--- SUPPLIED RECORDS Enclosed Below ---
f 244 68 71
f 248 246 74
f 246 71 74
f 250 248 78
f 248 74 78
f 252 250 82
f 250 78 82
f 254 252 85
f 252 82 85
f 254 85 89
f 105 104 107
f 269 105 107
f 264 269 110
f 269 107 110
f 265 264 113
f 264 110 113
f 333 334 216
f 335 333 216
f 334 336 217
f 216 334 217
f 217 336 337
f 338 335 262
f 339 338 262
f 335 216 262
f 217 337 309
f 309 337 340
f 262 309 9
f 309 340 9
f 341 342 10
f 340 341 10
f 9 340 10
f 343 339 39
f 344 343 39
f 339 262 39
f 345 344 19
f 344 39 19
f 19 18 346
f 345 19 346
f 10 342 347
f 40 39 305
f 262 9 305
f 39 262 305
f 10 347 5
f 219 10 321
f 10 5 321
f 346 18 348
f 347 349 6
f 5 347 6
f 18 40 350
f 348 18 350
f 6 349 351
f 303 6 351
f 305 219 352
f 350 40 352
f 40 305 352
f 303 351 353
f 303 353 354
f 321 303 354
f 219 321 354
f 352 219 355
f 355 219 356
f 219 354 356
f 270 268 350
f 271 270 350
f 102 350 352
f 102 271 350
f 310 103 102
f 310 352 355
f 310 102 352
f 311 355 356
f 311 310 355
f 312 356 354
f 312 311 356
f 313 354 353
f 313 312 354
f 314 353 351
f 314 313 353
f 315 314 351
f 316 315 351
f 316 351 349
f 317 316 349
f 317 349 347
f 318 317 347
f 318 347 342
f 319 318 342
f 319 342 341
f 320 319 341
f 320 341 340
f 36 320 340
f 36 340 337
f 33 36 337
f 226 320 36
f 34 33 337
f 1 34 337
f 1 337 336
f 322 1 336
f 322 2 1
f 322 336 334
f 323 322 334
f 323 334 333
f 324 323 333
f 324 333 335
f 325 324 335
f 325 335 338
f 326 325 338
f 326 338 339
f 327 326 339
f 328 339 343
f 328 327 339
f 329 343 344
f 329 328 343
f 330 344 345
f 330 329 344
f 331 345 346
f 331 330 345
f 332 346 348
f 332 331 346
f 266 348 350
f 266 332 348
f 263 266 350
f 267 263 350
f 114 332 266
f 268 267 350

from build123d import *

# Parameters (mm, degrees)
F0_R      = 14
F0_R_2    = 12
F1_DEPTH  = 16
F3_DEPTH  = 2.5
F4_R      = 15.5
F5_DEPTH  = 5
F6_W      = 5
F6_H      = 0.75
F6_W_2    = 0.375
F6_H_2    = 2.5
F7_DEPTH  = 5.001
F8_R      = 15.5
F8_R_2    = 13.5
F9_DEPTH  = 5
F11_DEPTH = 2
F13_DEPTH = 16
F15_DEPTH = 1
--- End of Enclosed SUPPLIED RECORDS ---
--- SUPPLIED RECORDS Enclosed Below ---
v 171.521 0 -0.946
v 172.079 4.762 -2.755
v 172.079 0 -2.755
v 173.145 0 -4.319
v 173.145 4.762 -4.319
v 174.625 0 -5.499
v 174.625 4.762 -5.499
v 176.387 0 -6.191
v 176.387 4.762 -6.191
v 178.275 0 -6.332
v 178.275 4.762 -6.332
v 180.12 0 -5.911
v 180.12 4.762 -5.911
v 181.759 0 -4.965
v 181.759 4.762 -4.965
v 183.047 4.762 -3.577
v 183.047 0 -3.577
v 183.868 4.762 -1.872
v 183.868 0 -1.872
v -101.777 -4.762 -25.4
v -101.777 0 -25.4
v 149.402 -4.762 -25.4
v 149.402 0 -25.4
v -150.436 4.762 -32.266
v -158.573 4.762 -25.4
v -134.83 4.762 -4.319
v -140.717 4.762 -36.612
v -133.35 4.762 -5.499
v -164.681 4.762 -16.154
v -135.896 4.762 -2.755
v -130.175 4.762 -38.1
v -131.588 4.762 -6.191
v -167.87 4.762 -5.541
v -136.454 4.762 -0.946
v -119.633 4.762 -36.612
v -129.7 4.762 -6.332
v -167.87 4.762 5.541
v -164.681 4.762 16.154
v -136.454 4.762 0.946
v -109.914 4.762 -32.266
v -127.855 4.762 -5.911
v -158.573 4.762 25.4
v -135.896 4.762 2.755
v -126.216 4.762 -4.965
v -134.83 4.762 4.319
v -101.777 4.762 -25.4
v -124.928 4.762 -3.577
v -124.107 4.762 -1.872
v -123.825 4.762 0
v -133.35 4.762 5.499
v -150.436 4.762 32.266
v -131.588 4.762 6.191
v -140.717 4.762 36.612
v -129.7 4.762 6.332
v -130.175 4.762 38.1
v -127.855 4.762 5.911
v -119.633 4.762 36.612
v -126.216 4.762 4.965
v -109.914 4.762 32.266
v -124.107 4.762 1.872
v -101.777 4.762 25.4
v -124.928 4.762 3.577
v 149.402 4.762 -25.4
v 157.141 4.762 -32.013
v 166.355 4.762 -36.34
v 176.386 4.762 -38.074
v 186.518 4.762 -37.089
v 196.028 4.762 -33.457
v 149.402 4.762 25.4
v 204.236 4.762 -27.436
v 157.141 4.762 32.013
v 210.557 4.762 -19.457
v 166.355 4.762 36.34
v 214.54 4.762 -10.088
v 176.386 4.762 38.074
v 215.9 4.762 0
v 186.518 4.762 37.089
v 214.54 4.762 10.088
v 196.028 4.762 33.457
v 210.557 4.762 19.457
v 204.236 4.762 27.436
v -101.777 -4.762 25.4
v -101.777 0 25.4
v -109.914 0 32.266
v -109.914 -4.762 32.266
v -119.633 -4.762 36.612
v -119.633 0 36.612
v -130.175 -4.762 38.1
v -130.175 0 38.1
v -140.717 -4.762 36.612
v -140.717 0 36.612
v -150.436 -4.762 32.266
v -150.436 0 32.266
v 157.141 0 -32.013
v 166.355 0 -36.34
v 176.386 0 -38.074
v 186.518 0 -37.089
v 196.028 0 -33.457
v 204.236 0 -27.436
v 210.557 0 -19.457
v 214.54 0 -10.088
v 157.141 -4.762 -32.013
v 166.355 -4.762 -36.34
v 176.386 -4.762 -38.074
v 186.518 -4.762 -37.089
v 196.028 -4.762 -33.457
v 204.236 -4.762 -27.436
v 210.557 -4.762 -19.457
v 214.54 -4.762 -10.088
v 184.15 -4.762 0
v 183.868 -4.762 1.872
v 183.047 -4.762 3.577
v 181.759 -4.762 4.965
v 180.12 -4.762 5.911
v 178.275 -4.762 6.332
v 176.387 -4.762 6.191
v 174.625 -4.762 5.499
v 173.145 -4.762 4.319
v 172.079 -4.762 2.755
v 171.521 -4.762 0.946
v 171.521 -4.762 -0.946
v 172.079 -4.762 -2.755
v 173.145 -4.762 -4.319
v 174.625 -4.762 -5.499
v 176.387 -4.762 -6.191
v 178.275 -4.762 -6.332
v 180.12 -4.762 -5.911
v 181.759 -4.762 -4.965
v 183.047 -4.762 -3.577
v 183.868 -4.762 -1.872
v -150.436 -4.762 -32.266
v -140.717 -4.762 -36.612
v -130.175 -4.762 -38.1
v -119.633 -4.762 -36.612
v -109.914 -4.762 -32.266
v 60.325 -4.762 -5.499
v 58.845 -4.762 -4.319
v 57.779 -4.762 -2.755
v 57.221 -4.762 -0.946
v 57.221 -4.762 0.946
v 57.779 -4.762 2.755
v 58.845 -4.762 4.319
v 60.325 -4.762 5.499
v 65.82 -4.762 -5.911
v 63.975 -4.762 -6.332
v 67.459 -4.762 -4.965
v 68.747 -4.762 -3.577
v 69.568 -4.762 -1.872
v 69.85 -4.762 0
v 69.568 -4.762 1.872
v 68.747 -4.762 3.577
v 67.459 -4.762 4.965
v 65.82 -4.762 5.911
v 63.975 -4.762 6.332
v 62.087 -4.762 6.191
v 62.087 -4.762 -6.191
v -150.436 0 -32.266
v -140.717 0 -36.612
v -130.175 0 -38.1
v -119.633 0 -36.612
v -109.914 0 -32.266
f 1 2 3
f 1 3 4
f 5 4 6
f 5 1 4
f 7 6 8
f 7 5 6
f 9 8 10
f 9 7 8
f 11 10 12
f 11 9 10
--- End of Enclosed SUPPLIED RECORDS ---
■ **PROBLEM STATEMENT**
Retype exactly, and only, the lines above from the one where "v -133.35 4.762 5.499" occurs up to and including the one where "v -124.928 4.762 3.577" occurs.

■ **ANSWER FOR THIS EXERCISE**
v -133.35 4.762 5.499
v -150.436 4.762 32.266
v -131.588 4.762 6.191
v -140.717 4.762 36.612
v -129.7 4.762 6.332
v -130.175 4.762 38.1
v -127.855 4.762 5.911
v -119.633 4.762 36.612
v -126.216 4.762 4.965
v -109.914 4.762 32.266
v -124.107 4.762 1.872
v -101.777 4.762 25.4
v -124.928 4.762 3.577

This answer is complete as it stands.